BEGIN Extracted material

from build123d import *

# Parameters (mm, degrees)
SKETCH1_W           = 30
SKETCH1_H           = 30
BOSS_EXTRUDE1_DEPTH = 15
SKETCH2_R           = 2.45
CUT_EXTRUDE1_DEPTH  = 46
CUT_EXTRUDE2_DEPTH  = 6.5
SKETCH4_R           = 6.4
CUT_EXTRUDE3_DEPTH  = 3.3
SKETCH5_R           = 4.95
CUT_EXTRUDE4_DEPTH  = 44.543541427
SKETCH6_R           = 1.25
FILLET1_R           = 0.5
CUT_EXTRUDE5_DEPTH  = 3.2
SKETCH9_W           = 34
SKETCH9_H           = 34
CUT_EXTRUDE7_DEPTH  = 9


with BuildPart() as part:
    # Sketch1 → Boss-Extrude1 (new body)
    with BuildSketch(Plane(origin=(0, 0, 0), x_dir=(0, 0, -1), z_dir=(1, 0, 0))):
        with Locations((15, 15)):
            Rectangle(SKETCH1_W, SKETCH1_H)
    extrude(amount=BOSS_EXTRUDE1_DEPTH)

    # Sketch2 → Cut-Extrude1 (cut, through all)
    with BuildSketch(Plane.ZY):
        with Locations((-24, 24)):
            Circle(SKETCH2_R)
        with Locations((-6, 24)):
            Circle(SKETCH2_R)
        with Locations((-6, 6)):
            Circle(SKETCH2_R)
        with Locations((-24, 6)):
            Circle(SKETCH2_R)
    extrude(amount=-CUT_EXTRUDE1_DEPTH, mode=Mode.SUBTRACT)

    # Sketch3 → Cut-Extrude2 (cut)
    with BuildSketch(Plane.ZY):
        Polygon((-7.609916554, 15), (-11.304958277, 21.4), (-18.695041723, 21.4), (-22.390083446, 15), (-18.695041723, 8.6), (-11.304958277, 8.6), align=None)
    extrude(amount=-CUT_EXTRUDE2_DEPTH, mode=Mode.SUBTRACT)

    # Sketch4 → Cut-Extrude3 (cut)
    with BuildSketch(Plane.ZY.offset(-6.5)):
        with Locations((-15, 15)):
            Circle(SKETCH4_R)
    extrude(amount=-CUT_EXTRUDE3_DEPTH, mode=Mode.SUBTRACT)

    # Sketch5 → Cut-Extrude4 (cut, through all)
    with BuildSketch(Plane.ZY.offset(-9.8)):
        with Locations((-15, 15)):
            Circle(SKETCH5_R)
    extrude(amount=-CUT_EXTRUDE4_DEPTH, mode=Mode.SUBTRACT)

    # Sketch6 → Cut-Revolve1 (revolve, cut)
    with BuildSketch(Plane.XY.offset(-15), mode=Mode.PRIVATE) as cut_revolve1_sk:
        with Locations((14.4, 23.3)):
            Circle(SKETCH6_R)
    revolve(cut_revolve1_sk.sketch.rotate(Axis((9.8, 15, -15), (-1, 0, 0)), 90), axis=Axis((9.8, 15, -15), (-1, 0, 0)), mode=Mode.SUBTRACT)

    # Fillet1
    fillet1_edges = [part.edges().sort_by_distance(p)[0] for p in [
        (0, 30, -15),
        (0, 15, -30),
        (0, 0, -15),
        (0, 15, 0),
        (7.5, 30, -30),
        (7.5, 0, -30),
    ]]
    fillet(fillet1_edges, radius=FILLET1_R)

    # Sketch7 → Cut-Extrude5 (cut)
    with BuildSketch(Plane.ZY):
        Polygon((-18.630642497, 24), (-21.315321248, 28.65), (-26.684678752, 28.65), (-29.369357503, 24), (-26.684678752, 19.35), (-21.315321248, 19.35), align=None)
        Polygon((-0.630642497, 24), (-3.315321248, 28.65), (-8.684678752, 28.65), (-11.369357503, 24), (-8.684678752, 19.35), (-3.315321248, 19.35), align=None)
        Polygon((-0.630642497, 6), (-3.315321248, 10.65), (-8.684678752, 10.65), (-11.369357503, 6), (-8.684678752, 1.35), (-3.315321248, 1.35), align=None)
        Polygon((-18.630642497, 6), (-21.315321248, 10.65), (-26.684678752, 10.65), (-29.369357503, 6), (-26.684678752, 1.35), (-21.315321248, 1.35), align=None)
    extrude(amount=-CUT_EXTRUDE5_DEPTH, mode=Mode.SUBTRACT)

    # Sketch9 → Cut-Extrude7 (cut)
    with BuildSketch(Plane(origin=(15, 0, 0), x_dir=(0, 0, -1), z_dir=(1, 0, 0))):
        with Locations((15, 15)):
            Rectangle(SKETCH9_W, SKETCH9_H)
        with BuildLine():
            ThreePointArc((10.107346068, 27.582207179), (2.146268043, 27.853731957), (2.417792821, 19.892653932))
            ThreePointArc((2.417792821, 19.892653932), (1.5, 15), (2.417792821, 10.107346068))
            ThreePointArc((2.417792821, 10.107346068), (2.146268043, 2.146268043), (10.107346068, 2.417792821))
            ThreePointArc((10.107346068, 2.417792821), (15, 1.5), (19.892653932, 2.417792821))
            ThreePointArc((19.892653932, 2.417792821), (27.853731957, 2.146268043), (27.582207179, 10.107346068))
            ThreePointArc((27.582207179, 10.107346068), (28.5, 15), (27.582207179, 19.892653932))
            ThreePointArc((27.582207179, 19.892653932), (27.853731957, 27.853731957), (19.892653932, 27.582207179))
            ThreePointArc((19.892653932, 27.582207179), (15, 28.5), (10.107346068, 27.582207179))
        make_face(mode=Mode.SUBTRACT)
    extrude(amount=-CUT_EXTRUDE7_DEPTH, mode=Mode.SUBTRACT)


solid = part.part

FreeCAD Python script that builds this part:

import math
import FreeCAD as App
import Part
import Sketcher
from FreeCAD import Vector
Q = App.Units.Quantity


def edges_at(feature, points):
    """Names of the edges that pass closest to the given points."""
    edges = feature.Shape.Edges
    near = lambda p: min(range(len(edges)), key=lambda i: edges[i].distToShape(Part.Vertex(*p))[0])
    return sorted({f"Edge{near(p) + 1}" for p in points})


def add_polygon(sketch, points):
    """Adds a closed chain of lines whose ends are joined by coincident constraints."""
    first, n = sketch.GeometryCount, len(points)
    for a, b in zip(points, points[1:] + points[:1]):
        sketch.addGeometry(Part.LineSegment(App.Vector(*a, 0), App.Vector(*b, 0)), False)
    for i in range(n):
        sketch.addConstraint(Sketcher.Constraint("Coincident", first + i, 2, first + (i + 1) % n, 1))

doc = App.newDocument("Part")
body = doc.addObject("PartDesign::Body", "Body")

# Sketch on YZ plane
sketch1 = body.newObject("Sketcher::SketchObject", "Sketch")
sketch1.AttachmentSupport = (doc.getObject("YZ_Plane"), [""])
sketch1.MapMode = "FlatFace"
add_polygon(sketch1, [(30, 0), (0, 0), (0, -30), (30, -30)])  # lines 0-3
sketch1.addConstraint([
    Sketcher.Constraint("Horizontal", 0),
    Sketcher.Constraint("Vertical", 1),
    Sketcher.Constraint("Horizontal", 2),
    Sketcher.Constraint("Vertical", 3),
    Sketcher.Constraint("Coincident", 0, 2, -1, 1),
    Sketcher.Constraint("Equal", 2, 1),
    Sketcher.Constraint("DistanceX", 0, 2, 0, 1, 30.0),
])
pad1 = body.newObject("PartDesign::Pad", "Pad")
pad1.Profile = sketch1
pad1.Length = 15
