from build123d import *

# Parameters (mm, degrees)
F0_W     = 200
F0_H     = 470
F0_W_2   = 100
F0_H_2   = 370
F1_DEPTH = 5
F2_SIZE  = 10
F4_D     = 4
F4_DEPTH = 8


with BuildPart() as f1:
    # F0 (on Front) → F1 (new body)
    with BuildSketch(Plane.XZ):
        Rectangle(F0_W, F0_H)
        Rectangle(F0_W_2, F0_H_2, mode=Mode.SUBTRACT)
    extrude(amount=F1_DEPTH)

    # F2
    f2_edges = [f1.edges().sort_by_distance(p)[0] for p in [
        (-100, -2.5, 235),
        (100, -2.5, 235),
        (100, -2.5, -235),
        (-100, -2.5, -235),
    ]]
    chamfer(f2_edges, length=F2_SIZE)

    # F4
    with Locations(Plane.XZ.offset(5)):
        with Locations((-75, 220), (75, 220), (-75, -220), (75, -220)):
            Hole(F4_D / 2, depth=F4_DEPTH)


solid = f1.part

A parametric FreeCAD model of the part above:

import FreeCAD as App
import Part
import Sketcher
from FreeCAD import Vector
Q = App.Units.Quantity


def edges_at(feature, points):
    """Names of the edges that pass closest to the given points."""
    edges = feature.Shape.Edges
    near = lambda p: min(range(len(edges)), key=lambda i: edges[i].distToShape(Part.Vertex(*p))[0])
    return sorted({f"Edge{near(p) + 1}" for p in points})

doc = App.newDocument("Part")
params = doc.addObject("Spreadsheet::Sheet", "Params")
for row, (alias, value) in enumerate([
    ("sketch1_width", "200 mm"),
    ("sketch1_width2", "100 mm"),
    ("sketch1_height", "470 mm"),
    ("sketch1_height2", "370 mm"),
    ("pad1_length", "5 mm"),
    ("chamfer_size", "10 mm"),
    ("sketch2_diameter", "4 mm"),
    ("hole_diameter", "4 mm"),
    ("hole_depth", "8 mm"),
], start=1):
    params.set(f"A{row}", alias)
    params.set(f"B{row}", "=" + value)
    params.setAlias(f"B{row}", alias)

body = doc.addObject("PartDesign::Body", "Body")

# Sketch on XZ plane
sketch1 = body.newObject("Sketcher::SketchObject", "Sketch")
sketch1.AttachmentSupport = (doc.getObject("XZ_Plane"), [""])
sketch1.MapMode = "FlatFace"
sketch1.addGeometry(Part.LineSegment(Vector(-100, 235, 0), Vector(-100, -235, 0)), False)
sketch1.addGeometry(Part.LineSegment(Vector(-100, -235, 0), Vector(100, -235, 0)), False)
sketch1.addGeometry(Part.LineSegment(Vector(100, -235, 0), Vector(100, 235, 0)), False)
sketch1.addGeometry(Part.LineSegment(Vector(100, 235, 0), Vector(-100, 235, 0)), False)
sketch1.addGeometry(Part.LineSegment(Vector(50, -185, 0), Vector(-50, -185, 0)), False)
sketch1.addGeometry(Part.LineSegment(Vector(-50, -185, 0), Vector(-50, 185, 0)), False)
sketch1.addGeometry(Part.LineSegment(Vector(-50, 185, 0), Vector(50, 185, 0)), False)
sketch1.addGeometry(Part.LineSegment(Vector(50, 185, 0), Vector(50, -185, 0)), False)
sketch1.addConstraint(Sketcher.Constraint("Coincident", 0, 2, 1, 1))
sketch1.addConstraint(Sketcher.Constraint("Coincident", 1, 2, 2, 1))
sketch1.addConstraint(Sketcher.Constraint("Coincident", 2, 2, 3, 1))
sketch1.addConstraint(Sketcher.Constraint("Coincident", 3, 2, 0, 1))
sketch1.addConstraint(Sketcher.Constraint("Coincident", 4, 2, 5, 1))
sketch1.addConstraint(Sketcher.Constraint("Coincident", 5, 2, 6, 1))
sketch1.addConstraint(Sketcher.Constraint("Coincident", 6, 2, 7, 1))
sketch1.addConstraint(Sketcher.Constraint("Coincident", 7, 2, 4, 1))
sketch1.addConstraint(Sketcher.Constraint("Vertical", 0))
sketch1.addConstraint(Sketcher.Constraint("Horizontal", 1))
sketch1.addConstraint(Sketcher.Constraint("Vertical", 2))
sketch1.addConstraint(Sketcher.Constraint("Horizontal", 3))
sketch1.addConstraint(Sketcher.Constraint("Horizontal", 4))
sketch1.addConstraint(Sketcher.Constraint("Vertical", 5))
sketch1.addConstraint(Sketcher.Constraint("Horizontal", 6))
sketch1.addConstraint(Sketcher.Constraint("Vertical", 7))
sketch1.addConstraint(Sketcher.Constraint("Symmetric", 0, 2, 2, 2, -1, 1))
sketch1.addConstraint(Sketcher.Constraint("Symmetric", 4, 2, 6, 2, -1, 1))
sketch1.addConstraint(Sketcher.Constraint("DistanceX", 1, 1, 1, 2, Q("200 mm")))
sketch1.addConstraint(Sketcher.Constraint("DistanceX", 4, 2, 4, 1, Q("100 mm")))
sketch1.addConstraint(Sketcher.Constraint("DistanceY", 0, 2, 0, 1, Q("470 mm")))
sketch1.addConstraint(Sketcher.Constraint("DistanceY", 5, 1, 5, 2, Q("370 mm")))
sketch1.setExpression("Constraints[18]", "Params.sketch1_width")
sketch1.setExpression("Constraints[19]", "Params.sketch1_width2")
sketch1.setExpression("Constraints[20]", "Params.sketch1_height")
sketch1.setExpression("Constraints[21]", "Params.sketch1_height2")
pad1 = body.newObject("PartDesign::Pad", "Pad")
pad1.Profile = sketch1
pad1.setExpression("Length", "Params.pad1_length")
doc.recompute()

chamfer = body.newObject("PartDesign::Chamfer", "Chamfer")
chamfer.Base = (pad1, edges_at(pad1, [
    (-100, -2.5, 235),
    (100, -2.5, 235),
    (100, -2.5, -235),
    (-100, -2.5, -235),
]))
chamfer.setExpression("Size", "Params.chamfer_size")

# Sketch on XZ plane
sketch2 = body.newObject("Sketcher::SketchObject", "Sketch001")
sketch2.AttachmentSupport = (doc.getObject("XZ_Plane"), [""])
sketch2.MapMode = "FlatFace"
sketch2.AttachmentOffset = App.Placement(Vector(0, 0, 5), App.Rotation())
sketch2.addGeometry(Part.Circle(Vector(-75, 220, 0), Vector(0, 0, 1), 2), False)
sketch2.addGeometry(Part.Circle(Vector(75, 220, 0), Vector(0, 0, 1), 2), False)
sketch2.addGeometry(Part.Circle(Vector(-75, -220, 0), Vector(0, 0, 1), 2), False)
sketch2.addGeometry(Part.Circle(Vector(75, -220, 0), Vector(0, 0, 1), 2), False)
sketch2.addConstraint(Sketcher.Constraint("Equal", 0, 1))
sketch2.addConstraint(Sketcher.Constraint("Equal", 1, 2))
sketch2.addConstraint(Sketcher.Constraint("Equal", 2, 3))
sketch2.addConstraint(Sketcher.Constraint("Symmetric", 1, 3, 2, 3, -1, 1))
sketch2.addConstraint(Sketcher.Constraint("Symmetric", 0, 3, 3, 3, -1, 1))
sketch2.addConstraint(Sketcher.Constraint("Symmetric", 0, 3, 1, 3, -2))
sketch2.addConstraint(Sketcher.Constraint("Diameter", 0, Q("4 mm")))
sketch2.addConstraint(Sketcher.Constraint("DistanceX", 0, 3, -1, 1, Q("75 mm")))
sketch2.addConstraint(Sketcher.Constraint("DistanceY", -1, 1, 0, 3, Q("220 mm")))
sketch2.setExpression("Constraints[6]", "Params.sketch2_diameter")
doc.recompute()
hole = body.newObject("PartDesign::Hole", "Hole")
hole.Profile = sketch2
hole.ThreadType = "None"
hole.setExpression("Diameter", "Params.hole_diameter")
hole.DepthType = "Dimension"
hole.setExpression("Depth", "Params.hole_depth")
hole.DrillPoint = "Flat"

doc.recompute()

END Extracted material

Could you retype exactly the lines above, starting at the line that contains "27.853731957), (19.892653932, 27.582207179))" and ending at the line that contains "FreeCAD Python script", and nothing more?

            ThreePointArc((27.582207179, 19.892653932), (27.853731957, 27.853731957), (19.892653932, 27.582207179))
            ThreePointArc((19.892653932, 27.582207179), (15, 28.5), (10.107346068, 27.582207179))
        make_face(mode=Mode.SUBTRACT)
    extrude(amount=-CUT_EXTRUDE7_DEPTH, mode=Mode.SUBTRACT)


solid = part.part

FreeCAD Python script that builds this part:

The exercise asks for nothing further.